La ampliación de la Unión Europea tuvo su solemnidad, fue subrayada por diversas celebraciones en antiguas fronteras de la guerra fría, pero da la impresión de no haber interesado demasiado en esta parte de Occidente. Hubo un día de ceremonias, de primeras planas, de gran atención en los medios, y después se pasó a otros temas. Flota por ahí, quizá, la idea de que una unión demasiado amplia pierde su fuerza, su contenido real. Dentro de la Unión empiezan a formarse alianzas regionales, líneas que podrían llamarse particulares, autónomas, lo cual indica que está menos unida de lo que parece. El hecho, sin embargo, es profundamente revolucionario: es una de las primeras consecuencias verdaderamente positivas, tangibles, del fin de la guerra fría y de la caída del muro de Berlín. Son países que pasaron del nazismo al estalinismo, que salieron de un sistema totalitario para caer en otro, y que ahora se incorporan de lleno, en forma libre, por decisión propia, a la organización de las democracias europeas. Nosotros podemos mirar el asunto con relativa indiferencia, desde nuestra comodidad o nuestra frivolidad, pero el asunto es serio. Cuando cayó el muro esperamos resultados rápidos que no se produjeron y que probablemente no se podían producir. No entendimos, como había que entenderlo de inmediato, que el ritmo de la historia no es igual al tiempo de las personas. Esto nos llevó a reemplazar un optimismo exagerado por un pesimismo que tampoco se justificaba. A pesar de las amenazas nuevas, de las fuerzas oscuras que han entrado en acción, de las campañas mal calculadas.

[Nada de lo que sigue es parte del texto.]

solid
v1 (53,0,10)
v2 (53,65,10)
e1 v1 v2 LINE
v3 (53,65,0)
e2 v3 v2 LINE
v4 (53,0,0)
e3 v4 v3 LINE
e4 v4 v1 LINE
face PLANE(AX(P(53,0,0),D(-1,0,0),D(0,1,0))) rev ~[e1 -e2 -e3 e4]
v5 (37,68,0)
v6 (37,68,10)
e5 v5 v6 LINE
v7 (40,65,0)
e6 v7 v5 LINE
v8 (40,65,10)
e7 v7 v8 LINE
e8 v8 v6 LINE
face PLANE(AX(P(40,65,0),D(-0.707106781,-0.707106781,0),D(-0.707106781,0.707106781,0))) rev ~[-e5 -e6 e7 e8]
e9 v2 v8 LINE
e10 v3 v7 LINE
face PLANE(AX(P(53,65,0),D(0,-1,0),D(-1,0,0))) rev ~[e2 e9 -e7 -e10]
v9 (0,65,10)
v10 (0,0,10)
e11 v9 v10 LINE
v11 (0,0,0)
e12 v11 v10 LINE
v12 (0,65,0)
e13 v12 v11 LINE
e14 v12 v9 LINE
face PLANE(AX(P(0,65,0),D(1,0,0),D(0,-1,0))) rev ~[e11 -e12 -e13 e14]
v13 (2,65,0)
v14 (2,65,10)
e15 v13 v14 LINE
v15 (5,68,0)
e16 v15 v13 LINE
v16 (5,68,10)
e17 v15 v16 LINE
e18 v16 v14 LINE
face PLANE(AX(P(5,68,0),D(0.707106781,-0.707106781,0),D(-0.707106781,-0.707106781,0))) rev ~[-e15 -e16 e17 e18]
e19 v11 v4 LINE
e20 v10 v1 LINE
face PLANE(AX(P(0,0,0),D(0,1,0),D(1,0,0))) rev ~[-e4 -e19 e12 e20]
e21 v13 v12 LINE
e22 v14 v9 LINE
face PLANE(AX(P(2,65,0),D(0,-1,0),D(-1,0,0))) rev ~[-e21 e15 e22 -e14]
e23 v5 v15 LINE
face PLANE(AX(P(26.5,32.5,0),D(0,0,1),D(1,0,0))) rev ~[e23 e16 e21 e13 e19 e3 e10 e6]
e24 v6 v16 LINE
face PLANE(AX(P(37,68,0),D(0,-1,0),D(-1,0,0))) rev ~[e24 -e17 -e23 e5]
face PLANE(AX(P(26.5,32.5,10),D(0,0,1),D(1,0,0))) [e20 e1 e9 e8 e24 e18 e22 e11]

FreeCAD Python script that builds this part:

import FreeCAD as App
import Part
import Sketcher


def add_polygon(sketch, points):
    """Adds a closed chain of lines whose ends are joined by coincident constraints."""
    first, n = sketch.GeometryCount, len(points)
    for a, b in zip(points, points[1:] + points[:1]):
        sketch.addGeometry(Part.LineSegment(App.Vector(*a, 0), App.Vector(*b, 0)), False)
    for i in range(n):
        sketch.addConstraint(Sketcher.Constraint("Coincident", first + i, 2, first + (i + 1) % n, 1))

doc = App.newDocument("Part")
body = doc.addObject("PartDesign::Body", "Body")

sketch1 = body.newObject("Sketcher::SketchObject", "Sketch")
sketch1.AttachmentSupport = (doc.getObject("XY_Plane"), [""])
sketch1.MapMode = "FlatFace"
add_polygon(sketch1, [(0, 65), (0, 0), (53, 0), (53, 65), (40, 65), (37, 68), (5, 68), (2, 65)])
sketch1.addConstraint(Sketcher.Constraint("Vertical", 0))
sketch1.addConstraint(Sketcher.Constraint("Horizontal", 1))
sketch1.addConstraint(Sketcher.Constraint("Vertical", 2))
sketch1.addConstraint(Sketcher.Constraint("Horizontal", 3))
sketch1.addConstraint(Sketcher.Constraint("Horizontal", 5))
sketch1.addConstraint(Sketcher.Constraint("Horizontal", 7))
sketch1.addConstraint(Sketcher.Constraint("Coincident", 0, 2, -1, 1))
sketch1.addConstraint(Sketcher.Constraint("Perpendicular", 4, 6))
sketch1.addConstraint(Sketcher.Constraint("Horizontal", 3, 2, 6, 2))
sketch1.addConstraint(Sketcher.Constraint("Equal", 4, 6))
sketch1.addConstraint(Sketcher.Constraint("DistanceX", 1, 1, 1, 2, 53.0))
sketch1.addConstraint(Sketcher.Constraint("DistanceX", 3, 2, 3, 1, 13.0))
sketch1.addConstraint(Sketcher.Constraint("DistanceX", 5, 2, 5, 1, 32.0))
sketch1.addConstraint(Sketcher.Constraint("DistanceX", 7, 2, 7, 1, 2.0))
sketch1.addConstraint(Sketcher.Constraint("DistanceY", 0, 2, 0, 1, 65.0))
pad1 = body.newObject("PartDesign::Pad", "Pad")
pad1.Profile = sketch1
pad1.Length = 10

doc.recompute()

Hacia fines de los años sesenta, cuando el Chile de Eduardo Frei Montalva abría relaciones diplomáticas con los países comunistas de Europa del este, el ministro de Relaciones Exteriores de entonces, mi amigo Gabriel Valdés, me hizo el siguiente encargo, en mi condición de funcionario, y lo hizo con este curioso comentario previo: "Como tú eres medio rojo, ocúpate de organizar en el ministerio un departamento de Europa Oriental".

A pesar de que había viajado a un congreso en Cuba y de que solía reaccionar en forma parecida a lo que se llamaba en esos días un intelectual de izquierda, no creo que mis antecedentes fueran tan rojos como creía el ministro. Pero eran tiempos de apariencias, de modas políticas, de verbalización excesiva, cosas, todas, que terminaron mal, como ahora se sabe. En cualquier caso, emprendí la tarea con gran interés, con verdadero entusiasmo, leyendo todo lo que encontraba, conversando con los personajes que tenían algo que ver con el problema. Al poco tiempo, ya de jefe del nuevo departamento, me pasaba los días con el personal de las embajadas y con las variadas delegaciones que llegaban a cada rato de esos mundos. El embajador de Checoslovaquia, por ejemplo, me informaba a diario de los hechos que prepararon y que culminaron con la invasión de su país por las tropas del Pacto de Varsovia. Estuve a la salida de una audiencia, el día de la invasión, en ese final de agosto de 1968, en la que había llorado mientras le contaba los hechos al ministro, y después, en las semanas que siguieron, asistí con asombro a su transformación en un funcionario pétreo, silencioso, que sólo abría la boca para transmitir las consignas oficiales.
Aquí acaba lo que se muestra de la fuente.